Box 1 (Total distribution) of the 1099-Q is $5000

Box 2 (earnings) is $2800

3000/5000=60% of the earnings are tax free; 40% are taxable

40% x 2800= $1120

You have $1120 of taxable income  

____________________________________________________________________________________________

Qualified Tuition Plans  (QTP 529 Plans) Distributions

General Discussion

It’s complicated.

For 529 plans, there is an “owner” (usually the parent), and a “beneficiary” (usually the student dependent). The "recipient" of the distribution can be either the owner or the beneficiary depending on who the money was sent to. When the money goes directly from the Qualified Tuition Plan (QTP) to the school, the student is the "recipient". The distribution will be reported on IRS form 1099-Q. 
The 1099-Q gets reported on the recipient's return.** The recipient's name & SS# will be on the 1099-Q.
Even though the 1099-Q is going on the student's return, the 1098-T should go on the parent's return, so you can claim the education credit. You can do this because he is your dependent.
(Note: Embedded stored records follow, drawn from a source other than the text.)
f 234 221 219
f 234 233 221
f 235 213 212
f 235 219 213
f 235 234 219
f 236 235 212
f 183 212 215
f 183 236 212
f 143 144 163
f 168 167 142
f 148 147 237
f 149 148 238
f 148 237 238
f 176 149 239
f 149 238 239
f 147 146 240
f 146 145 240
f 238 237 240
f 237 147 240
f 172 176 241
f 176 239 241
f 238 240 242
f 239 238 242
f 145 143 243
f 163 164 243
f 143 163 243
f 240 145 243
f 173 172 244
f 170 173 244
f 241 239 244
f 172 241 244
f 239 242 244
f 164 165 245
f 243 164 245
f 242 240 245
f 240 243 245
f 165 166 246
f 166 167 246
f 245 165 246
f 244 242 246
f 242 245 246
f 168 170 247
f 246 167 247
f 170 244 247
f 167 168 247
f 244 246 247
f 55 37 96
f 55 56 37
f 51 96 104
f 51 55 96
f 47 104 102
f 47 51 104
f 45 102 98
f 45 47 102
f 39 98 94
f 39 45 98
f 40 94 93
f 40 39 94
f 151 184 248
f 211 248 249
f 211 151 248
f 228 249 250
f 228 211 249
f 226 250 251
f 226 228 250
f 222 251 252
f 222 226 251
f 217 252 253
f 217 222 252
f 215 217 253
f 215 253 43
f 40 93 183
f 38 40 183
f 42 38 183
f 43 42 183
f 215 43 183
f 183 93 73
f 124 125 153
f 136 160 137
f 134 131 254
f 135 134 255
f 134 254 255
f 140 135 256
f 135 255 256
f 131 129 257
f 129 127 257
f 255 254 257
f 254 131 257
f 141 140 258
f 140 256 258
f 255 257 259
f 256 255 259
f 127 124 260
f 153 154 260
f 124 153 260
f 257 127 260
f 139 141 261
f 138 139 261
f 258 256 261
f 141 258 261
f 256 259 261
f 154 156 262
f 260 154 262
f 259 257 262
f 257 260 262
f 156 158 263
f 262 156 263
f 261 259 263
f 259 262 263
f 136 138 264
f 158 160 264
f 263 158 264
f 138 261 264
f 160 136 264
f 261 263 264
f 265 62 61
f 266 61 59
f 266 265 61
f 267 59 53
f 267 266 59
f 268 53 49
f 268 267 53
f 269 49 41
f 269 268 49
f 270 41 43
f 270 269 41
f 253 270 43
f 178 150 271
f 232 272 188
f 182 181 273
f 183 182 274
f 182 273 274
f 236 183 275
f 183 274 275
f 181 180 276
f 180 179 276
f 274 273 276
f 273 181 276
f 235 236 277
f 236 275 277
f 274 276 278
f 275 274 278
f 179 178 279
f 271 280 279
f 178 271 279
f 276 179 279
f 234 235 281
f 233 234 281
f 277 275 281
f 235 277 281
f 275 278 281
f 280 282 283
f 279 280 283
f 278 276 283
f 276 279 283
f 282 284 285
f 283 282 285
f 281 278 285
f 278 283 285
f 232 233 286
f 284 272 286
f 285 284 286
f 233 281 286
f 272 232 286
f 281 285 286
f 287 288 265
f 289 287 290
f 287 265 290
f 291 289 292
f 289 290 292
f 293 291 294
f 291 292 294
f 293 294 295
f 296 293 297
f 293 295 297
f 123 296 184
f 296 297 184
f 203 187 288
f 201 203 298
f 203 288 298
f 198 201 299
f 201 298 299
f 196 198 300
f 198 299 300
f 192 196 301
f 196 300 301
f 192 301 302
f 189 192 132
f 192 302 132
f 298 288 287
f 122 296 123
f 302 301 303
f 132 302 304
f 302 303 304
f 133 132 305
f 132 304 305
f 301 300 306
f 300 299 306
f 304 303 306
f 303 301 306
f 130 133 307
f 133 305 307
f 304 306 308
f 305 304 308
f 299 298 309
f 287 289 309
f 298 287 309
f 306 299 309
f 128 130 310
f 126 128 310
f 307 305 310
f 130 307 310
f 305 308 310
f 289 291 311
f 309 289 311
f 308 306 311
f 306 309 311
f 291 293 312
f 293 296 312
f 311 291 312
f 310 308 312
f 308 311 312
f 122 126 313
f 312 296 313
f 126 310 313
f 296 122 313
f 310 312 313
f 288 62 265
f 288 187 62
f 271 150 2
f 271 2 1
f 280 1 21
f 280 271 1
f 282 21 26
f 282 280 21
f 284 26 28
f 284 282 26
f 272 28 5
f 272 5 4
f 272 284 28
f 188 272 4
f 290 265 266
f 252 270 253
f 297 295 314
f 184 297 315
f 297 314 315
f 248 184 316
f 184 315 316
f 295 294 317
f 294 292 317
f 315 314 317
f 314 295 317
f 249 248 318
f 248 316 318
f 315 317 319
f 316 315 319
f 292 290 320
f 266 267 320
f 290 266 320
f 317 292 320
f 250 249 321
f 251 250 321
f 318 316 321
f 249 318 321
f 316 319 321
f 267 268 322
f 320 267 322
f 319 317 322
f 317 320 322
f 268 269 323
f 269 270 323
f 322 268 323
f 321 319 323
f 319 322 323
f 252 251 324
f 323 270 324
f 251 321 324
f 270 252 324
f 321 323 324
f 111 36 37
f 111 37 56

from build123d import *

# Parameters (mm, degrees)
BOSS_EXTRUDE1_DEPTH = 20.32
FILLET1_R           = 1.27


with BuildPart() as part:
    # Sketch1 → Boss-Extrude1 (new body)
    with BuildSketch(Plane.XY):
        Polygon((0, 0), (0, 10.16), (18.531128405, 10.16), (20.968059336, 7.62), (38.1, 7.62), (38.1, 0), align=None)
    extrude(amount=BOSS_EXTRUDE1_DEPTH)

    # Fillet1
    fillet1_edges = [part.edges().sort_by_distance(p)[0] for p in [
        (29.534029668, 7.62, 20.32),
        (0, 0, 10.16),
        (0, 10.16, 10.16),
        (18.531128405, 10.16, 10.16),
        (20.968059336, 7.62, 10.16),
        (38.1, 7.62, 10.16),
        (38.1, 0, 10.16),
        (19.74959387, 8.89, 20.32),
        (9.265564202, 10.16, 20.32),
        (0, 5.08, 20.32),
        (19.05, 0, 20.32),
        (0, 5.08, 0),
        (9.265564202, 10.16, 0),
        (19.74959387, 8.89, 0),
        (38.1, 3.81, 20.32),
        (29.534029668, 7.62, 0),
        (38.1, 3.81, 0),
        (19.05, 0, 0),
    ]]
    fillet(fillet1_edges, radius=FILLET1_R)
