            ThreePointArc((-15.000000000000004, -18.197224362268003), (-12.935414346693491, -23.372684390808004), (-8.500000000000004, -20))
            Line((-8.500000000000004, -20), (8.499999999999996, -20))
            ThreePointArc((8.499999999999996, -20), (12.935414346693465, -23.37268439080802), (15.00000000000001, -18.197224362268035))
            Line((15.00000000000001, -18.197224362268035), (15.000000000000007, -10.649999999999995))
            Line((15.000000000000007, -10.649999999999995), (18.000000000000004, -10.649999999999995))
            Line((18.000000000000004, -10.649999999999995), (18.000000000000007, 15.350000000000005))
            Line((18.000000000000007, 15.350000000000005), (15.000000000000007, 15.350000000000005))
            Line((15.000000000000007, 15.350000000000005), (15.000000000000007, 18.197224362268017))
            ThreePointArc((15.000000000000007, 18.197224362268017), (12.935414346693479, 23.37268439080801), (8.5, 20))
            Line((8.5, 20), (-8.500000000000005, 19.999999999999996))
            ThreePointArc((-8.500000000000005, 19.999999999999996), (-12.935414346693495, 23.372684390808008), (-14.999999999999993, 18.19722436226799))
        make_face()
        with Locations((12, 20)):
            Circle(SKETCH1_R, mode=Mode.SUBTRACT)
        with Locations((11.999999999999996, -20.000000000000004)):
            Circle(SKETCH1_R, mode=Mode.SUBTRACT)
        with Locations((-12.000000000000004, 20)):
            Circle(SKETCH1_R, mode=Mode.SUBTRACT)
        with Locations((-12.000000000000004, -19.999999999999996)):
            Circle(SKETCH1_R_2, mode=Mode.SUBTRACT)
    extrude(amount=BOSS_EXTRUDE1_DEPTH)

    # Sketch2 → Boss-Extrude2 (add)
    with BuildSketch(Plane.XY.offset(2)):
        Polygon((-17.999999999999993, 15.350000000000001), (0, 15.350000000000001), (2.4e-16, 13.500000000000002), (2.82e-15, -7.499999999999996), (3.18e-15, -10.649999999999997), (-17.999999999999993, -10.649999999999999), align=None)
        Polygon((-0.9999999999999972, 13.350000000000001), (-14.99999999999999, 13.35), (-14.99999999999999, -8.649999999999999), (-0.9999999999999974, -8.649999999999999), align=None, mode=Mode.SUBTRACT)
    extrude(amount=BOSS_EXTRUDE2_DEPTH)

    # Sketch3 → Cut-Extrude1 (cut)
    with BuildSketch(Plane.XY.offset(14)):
You can and should claim the tuition credit before claiming the 529 plan earnings exclusion. The educational expenses he claims for the 1099-Q should be reduced by the amount of educational expenses you claim for the credit.
But be aware, you can not double dip. You cannot count the same tuition money, for the tuition credit,  that gets him an exclusion from the taxability of the earnings (interest) on the 529 plan. Since the credit is more generous; use as much of the tuition as is needed for the credit and the rest for the interest exclusion. Another special rule allows you to claim the tuition credit even though it was "his" money that paid the tuition.
In addition, there is another rule that says the 10% penalty is waived if he was unable to cover the 529 plan withdrawal with educational expenses either because he got scholarships or the expenses were used (by him or the parents) to claim the credits. He'll have to pay tax on the earnings, at his lower tax rate (subject to the “kiddie tax”), but not the penalty.

 

Total qualified expenses (including room & board) less amounts paid by scholarship less amounts used to claim the Tuition credit equals the amount you can use to claim the earnings exclusion on the 1099-Q. 
Example:
  $10,000 in educational expenses(including room & board)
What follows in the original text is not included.